I love the confidence. In Italy you eat two ingredients on a plate at the most, when you are eating well in Italy. It is a quite unapologetic food. It’s like saying to whoever you are cooking for: “You know it's good food and we don't need anything else.” It has become my philosophy too, I adopted it. When I plan a dish I think "let's see what we are not going to put in this plate, what we can take away a bit so you can see just the ingredients."
Do you have any future project that's keeping you busy right now, restaurant aside?
Maybe I will open a temporary restaurant in Lebanon. Beirut it's such a great city, hopefully it's going to happen. And I have no rush to open another place in London but at some point I would like to open something smaller.
Can you tell me the most curious story about a dish you created? Something with a particular ingredient or history…
Well, the way we cook in the Dock kitchen is that we take something you would not get in this kind of environment, you know, kind of a glamorous one, and then we make it familiar to whoever is there at our tables. Sometimes I look over the room and I see a fashionable lady, elegant and proper, eating lentils and I think “Wow! She is eating lentils.” It always surprises me how ‘democratic’ food is.
How do you create your menu?
It changes a lot. I have two menus, one runs for two weeks (it features dishes you would not be able to have normally in a restaurant, local, traditional dishes of other countries), one has the highlights of everything, 6 starters, 6 main courses and that changes constantly, depending on what's available day to day. You have to be very flexible if you work with local, small producers and farmers: it's a challenge but it keeps it fresh.
The
Dock Kitchen setting
You are a ‘Celebrity Chef’ now: when do you think was your lucky break?
No, no! (he smiles). "Celebrity Chef" makes me think about a book that hasn't been hard work...this is not what I did.

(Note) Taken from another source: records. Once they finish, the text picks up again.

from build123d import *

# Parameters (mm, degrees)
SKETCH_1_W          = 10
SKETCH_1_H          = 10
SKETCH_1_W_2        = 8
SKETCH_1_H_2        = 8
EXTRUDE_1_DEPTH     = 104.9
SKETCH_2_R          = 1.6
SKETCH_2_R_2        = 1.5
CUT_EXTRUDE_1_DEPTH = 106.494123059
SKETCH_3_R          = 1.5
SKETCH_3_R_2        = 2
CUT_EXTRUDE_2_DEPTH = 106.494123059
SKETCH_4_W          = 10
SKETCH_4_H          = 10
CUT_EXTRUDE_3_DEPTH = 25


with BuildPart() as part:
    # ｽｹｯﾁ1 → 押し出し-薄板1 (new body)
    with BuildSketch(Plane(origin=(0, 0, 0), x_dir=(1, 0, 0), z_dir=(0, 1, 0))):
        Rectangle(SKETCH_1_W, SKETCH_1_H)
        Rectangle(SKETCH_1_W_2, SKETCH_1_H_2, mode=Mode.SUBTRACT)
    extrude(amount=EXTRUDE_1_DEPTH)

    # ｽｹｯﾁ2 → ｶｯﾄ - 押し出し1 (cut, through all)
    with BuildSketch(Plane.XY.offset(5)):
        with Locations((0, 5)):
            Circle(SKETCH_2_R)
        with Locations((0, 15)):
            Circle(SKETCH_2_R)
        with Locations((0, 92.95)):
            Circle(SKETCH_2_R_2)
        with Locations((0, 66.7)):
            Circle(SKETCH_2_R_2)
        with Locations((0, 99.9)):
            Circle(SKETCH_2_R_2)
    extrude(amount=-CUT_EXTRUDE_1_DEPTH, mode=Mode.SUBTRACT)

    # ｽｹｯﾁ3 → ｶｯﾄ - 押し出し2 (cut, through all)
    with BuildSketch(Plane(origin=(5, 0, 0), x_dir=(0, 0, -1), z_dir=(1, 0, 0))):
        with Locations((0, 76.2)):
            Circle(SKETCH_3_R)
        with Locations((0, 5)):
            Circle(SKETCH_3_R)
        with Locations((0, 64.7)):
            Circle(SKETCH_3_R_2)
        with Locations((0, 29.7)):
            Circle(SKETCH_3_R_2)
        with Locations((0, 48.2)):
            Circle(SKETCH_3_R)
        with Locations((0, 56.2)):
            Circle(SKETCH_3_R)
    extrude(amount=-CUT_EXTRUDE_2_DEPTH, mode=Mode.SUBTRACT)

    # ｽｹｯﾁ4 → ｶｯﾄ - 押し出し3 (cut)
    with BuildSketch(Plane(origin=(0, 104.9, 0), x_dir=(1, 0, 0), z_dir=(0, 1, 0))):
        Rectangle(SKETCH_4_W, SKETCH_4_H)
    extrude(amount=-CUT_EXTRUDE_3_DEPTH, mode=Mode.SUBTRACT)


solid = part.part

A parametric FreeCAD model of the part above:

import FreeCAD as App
import Part
import Sketcher
from FreeCAD import Vector

doc = App.newDocument("Part")
params = doc.addObject("Spreadsheet::Sheet", "Params")
for row, (alias, value) in enumerate([
    ("sketch1_width", "10 mm"),
    ("sketch1_width2", "8 mm"),
    ("pad1_length", "104.9 mm"),
    ("sketch2_diameter", "3 mm"),
    ("sketch2_diameter2", "3.2 mm"),
    ("sketch3_diameter", "3 mm"),
    ("sketch3_diameter2", "4 mm"),
    ("sketch4_width", "10 mm"),
    ("pocket3_length", "25 mm"),
], start=1):
    params.set(f"A{row}", alias)
    params.set(f"B{row}", "=" + value)
    params.setAlias(f"B{row}", alias)

body = doc.addObject("PartDesign::Body", "Body")

sketch1 = body.newObject("Sketcher::SketchObject", "Sketch")
sketch1.AttachmentSupport = (doc.getObject("XZ_Plane"), [""])
sketch1.MapMode = "FlatFace"
sketch1.addGeometry([
    Part.LineSegment(Vector(-5, -5, 0), Vector(-5, 5, 0)),
    Part.LineSegment(Vector(-5, 5, 0), Vector(5, 5, 0)),
    Part.LineSegment(Vector(5, 5, 0), Vector(5, -5, 0)),
    Part.LineSegment(Vector(5, -5, 0), Vector(-5, -5, 0)),
    Part.LineSegment(Vector(4, 4, 0), Vector(-4, 4, 0)),
    Part.LineSegment(Vector(-4, 4, 0), Vector(-4, -4, 0)),
    Part.LineSegment(Vector(-4, -4, 0), Vector(4, -4, 0)),
    Part.LineSegment(Vector(4, -4, 0), Vector(4, 4, 0)),
], False)
sketch1.addConstraint([
    Sketcher.Constraint("Coincident", 0, 2, 1, 1),
    Sketcher.Constraint("Coincident", 1, 2, 2, 1),
    Sketcher.Constraint("Coincident", 2, 2, 3, 1),
    Sketcher.Constraint("Coincident", 3, 2, 0, 1),
    Sketcher.Constraint("Coincident", 4, 2, 5, 1),
    Sketcher.Constraint("Coincident", 5, 2, 6, 1),
    Sketcher.Constraint("Coincident", 6, 2, 7, 1),
    Sketcher.Constraint("Coincident", 7, 2, 4, 1),
    Sketcher.Constraint("Vertical", 0),
    Sketcher.Constraint("Horizontal", 1),
    Sketcher.Constraint("Vertical", 2),
    Sketcher.Constraint("Horizontal", 3),
    Sketcher.Constraint("Horizontal", 4),
    Sketcher.Constraint("Vertical", 5),
    Sketcher.Constraint("Horizontal", 6),
    Sketcher.Constraint("Vertical", 7),
    Sketcher.Constraint("Symmetric", 0, 2, 2, 2, -1, 1),
    Sketcher.Constraint("Symmetric", 4, 2, 6, 2, -1, 1),
    Sketcher.Constraint("Equal", 3, 0),
    Sketcher.Constraint("Equal", 6, 5),
    Sketcher.Constraint("DistanceX", 1, 1, 1, 2, 10.0),
    Sketcher.Constraint("DistanceX", 4, 2, 4, 1, 8.0),
])
sketch1.setExpression("Constraints[20]", "Params.sketch1_width")
sketch1.setExpression("Constraints[21]", "Params.sketch1_width2")
pad1 = body.newObject("PartDesign::Pad", "Pad")
pad1.Profile = sketch1
pad1.setExpression("Length", "Params.pad1_length")
pad1.Reversed = True

sketch2 = body.newObject("Sketcher::SketchObject", "Sketch001")
sketch2.AttachmentSupport = (doc.getObject("XY_Plane"), [""])
sketch2.MapMode = "FlatFace"
sketch2.AttachmentOffset = App.Placement(Vector(0, 0, 5), App.Rotation())
sketch2.addGeometry([
    Part.Circle(Vector(0, 5, 0), Vector(0, 0, 1), 1.6),
    Part.Circle(Vector(0, 15, 0), Vector(0, 0, 1), 1.6),
    Part.Circle(Vector(0, 93, 0), Vector(0, 0, 1), 1.5),
    Part.Circle(Vector(0, 66.7, 0), Vector(0, 0, 1), 1.5),
    Part.Circle(Vector(0, 99.9, 0), Vector(0, 0, 1), 1.5),
], False)
sketch2.addConstraint([
    Sketcher.Constraint("Equal", 0, 1),
    Sketcher.Constraint("Equal", 2, 3),
    Sketcher.Constraint("Equal", 3, 4),
    Sketcher.Constraint("PointOnObject", 0, 3, -2),
    Sketcher.Constraint("PointOnObject", 1, 3, -2),
    Sketcher.Constraint("PointOnObject", 2, 3, -2),
    Sketcher.Constraint("PointOnObject", 3, 3, -2),
    Sketcher.Constraint("PointOnObject", 4, 3, -2),
    Sketcher.Constraint("Diameter", 2, 3.0),
    Sketcher.Constraint("Diameter", 0, 3.2),
    Sketcher.Constraint("DistanceY", -1, 1, 0, 3, 5.0),
    Sketcher.Constraint("DistanceY", -1, 1, 1, 3, 15.0),
    Sketcher.Constraint("DistanceY", -1, 1, 3, 3, 66.7),
    Sketcher.Constraint("DistanceY", -1, 1, 4, 3, 99.9),
    Sketcher.Constraint("DistanceY", -1, 1, 2, 3, 92.95),
])
sketch2.setExpression("Constraints[8]", "Params.sketch2_diameter")
sketch2.setExpression("Constraints[9]", "Params.sketch2_diameter2")
pocket1 = body.newObject("PartDesign::Pocket", "Pocket")
pocket1.Profile = sketch2
pocket1.Type = "ThroughAll"

sketch3 = body.newObject("Sketcher::SketchObject", "Sketch002")
sketch3.AttachmentSupport = (doc.getObject("YZ_Plane"), [""])
sketch3.MapMode = "FlatFace"
sketch3.AttachmentOffset = App.Placement(Vector(0, 0, 5), App.Rotation())
sketch3.addGeometry([
    Part.Circle(Vector(76.2, 0, 0), Vector(0, 0, 1), 1.5),
    Part.Circle(Vector(5, 0, 0), Vector(0, 0, 1), 1.5),
    Part.Circle(Vector(64.7, 0, 0), Vector(0, 0, 1), 2),
    Part.Circle(Vector(29.7, 0, 0), Vector(0, 0, 1), 2),
    Part.Circle(Vector(48.2, 0, 0), Vector(0, 0, 1), 1.5),
    Part.Circle(Vector(56.2, 0, 0), Vector(0, 0, 1), 1.5),
], False)
sketch3.addConstraint([
    Sketcher.Constraint("Equal", 0, 1),
    Sketcher.Constraint("Equal", 2, 3),
    Sketcher.Constraint("Equal", 1, 4),
    Sketcher.Constraint("Equal", 4, 5),
    Sketcher.Constraint("PointOnObject", 0, 3, -1),
    Sketcher.Constraint("PointOnObject", 1, 3, -1),
    Sketcher.Constraint("PointOnObject", 2, 3, -1),
    Sketcher.Constraint("PointOnObject", 3, 3, -1),
    Sketcher.Constraint("PointOnObject", 4, 3, -1),
    Sketcher.Constraint("PointOnObject", 5, 3, -1),
    Sketcher.Constraint("Diameter", 0, 3.0),
    Sketcher.Constraint("Diameter", 2, 4.0),
    Sketcher.Constraint("DistanceX", -1, 1, 1, 3, 5.0),
    Sketcher.Constraint("DistanceX", 3, 3, 2, 3, 35.0),
    Sketcher.Constraint("DistanceX", 4, 3, 0, 3, 28.0),
    Sketcher.Constraint("DistanceX", 4, 3, 5, 3, 8.0),
    Sketcher.Constraint("DistanceX", -1, 1, 0, 3, 76.2),
    Sketcher.Constraint("DistanceX", -1, 1, 2, 3, 64.7),
])
sketch3.setExpression("Constraints[10]", "Params.sketch3_diameter")
sketch3.setExpression("Constraints[11]", "Params.sketch3_diameter2")
pocket2 = body.newObject("PartDesign::Pocket", "Pocket001")
pocket2.Profile = sketch3
pocket2.Type = "ThroughAll"

sketch4 = body.newObject("Sketcher::SketchObject", "Sketch003")
sketch4.AttachmentSupport = (doc.getObject("XZ_Plane"), [""])
sketch4.MapMode = "FlatFace"
sketch4.AttachmentOffset = App.Placement(Vector(0, 0, -104.9), App.Rotation())
sketch4.addGeometry([
    Part.LineSegment(Vector(-5, -5, 0), Vector(-5, 5, 0)),
    Part.LineSegment(Vector(-5, 5, 0), Vector(5, 5, 0)),
    Part.LineSegment(Vector(5, 5, 0), Vector(5, -5, 0)),
    Part.LineSegment(Vector(5, -5, 0), Vector(-5, -5, 0)),
], False)
sketch4.addConstraint([
    Sketcher.Constraint("Coincident", 0, 2, 1, 1),
    Sketcher.Constraint("Coincident", 1, 2, 2, 1),
    Sketcher.Constraint("Coincident", 2, 2, 3, 1),
    Sketcher.Constraint("Coincident", 3, 2, 0, 1),
    Sketcher.Constraint("Vertical", 0),
    Sketcher.Constraint("Horizontal", 1),
    Sketcher.Constraint("Vertical", 2),
    Sketcher.Constraint("Horizontal", 3),
    Sketcher.Constraint("Symmetric", 0, 2, 2, 2, -1, 1),
    Sketcher.Constraint("Equal", 3, 0),
    Sketcher.Constraint("DistanceX", 1, 1, 1, 2, 10.0),
])
sketch4.setExpression("Constraints[10]", "Params.sketch4_width")
pocket3 = body.newObject("PartDesign::Pocket", "Pocket002")
pocket3.Profile = sketch4
pocket3.setExpression("Length", "Params.pocket3_length")
pocket3.Reversed = True

doc.recompute()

I wrote mine! Seriously, there hasn’t been really a moment in which I thought " I have made it". I like things to move so fast...I have been waiting around for a project and I felt annoyed to have to wait…I am thinking forward, always."
Leaving aside the basic ingredients, is there another ingredient that people should have in their kitchens?
Middle Eastern ingredients for sure, they are so easy to use. Sumak: a red powder from a wild berry spice. You can sprinkle it on things, it's acidic, like lemon, and it makes everything fresh and vibrant.
What is the ingredient that you are never without?
That one. And fresh herbs.
What was your family like? Does your love for food come from them?
I travelled a lot with my parents and travelling for them was always about having good food, too. They also cooked a lot.
How do you deal with your job and having a family?
It's hard! I am getting better at it, but it's hard. You need to understand that there are going to be people who can do things just as well as you, you have to understand you have to delegate. My son is 18 months old. It's a great age and they change so fast. I don’t want to miss it.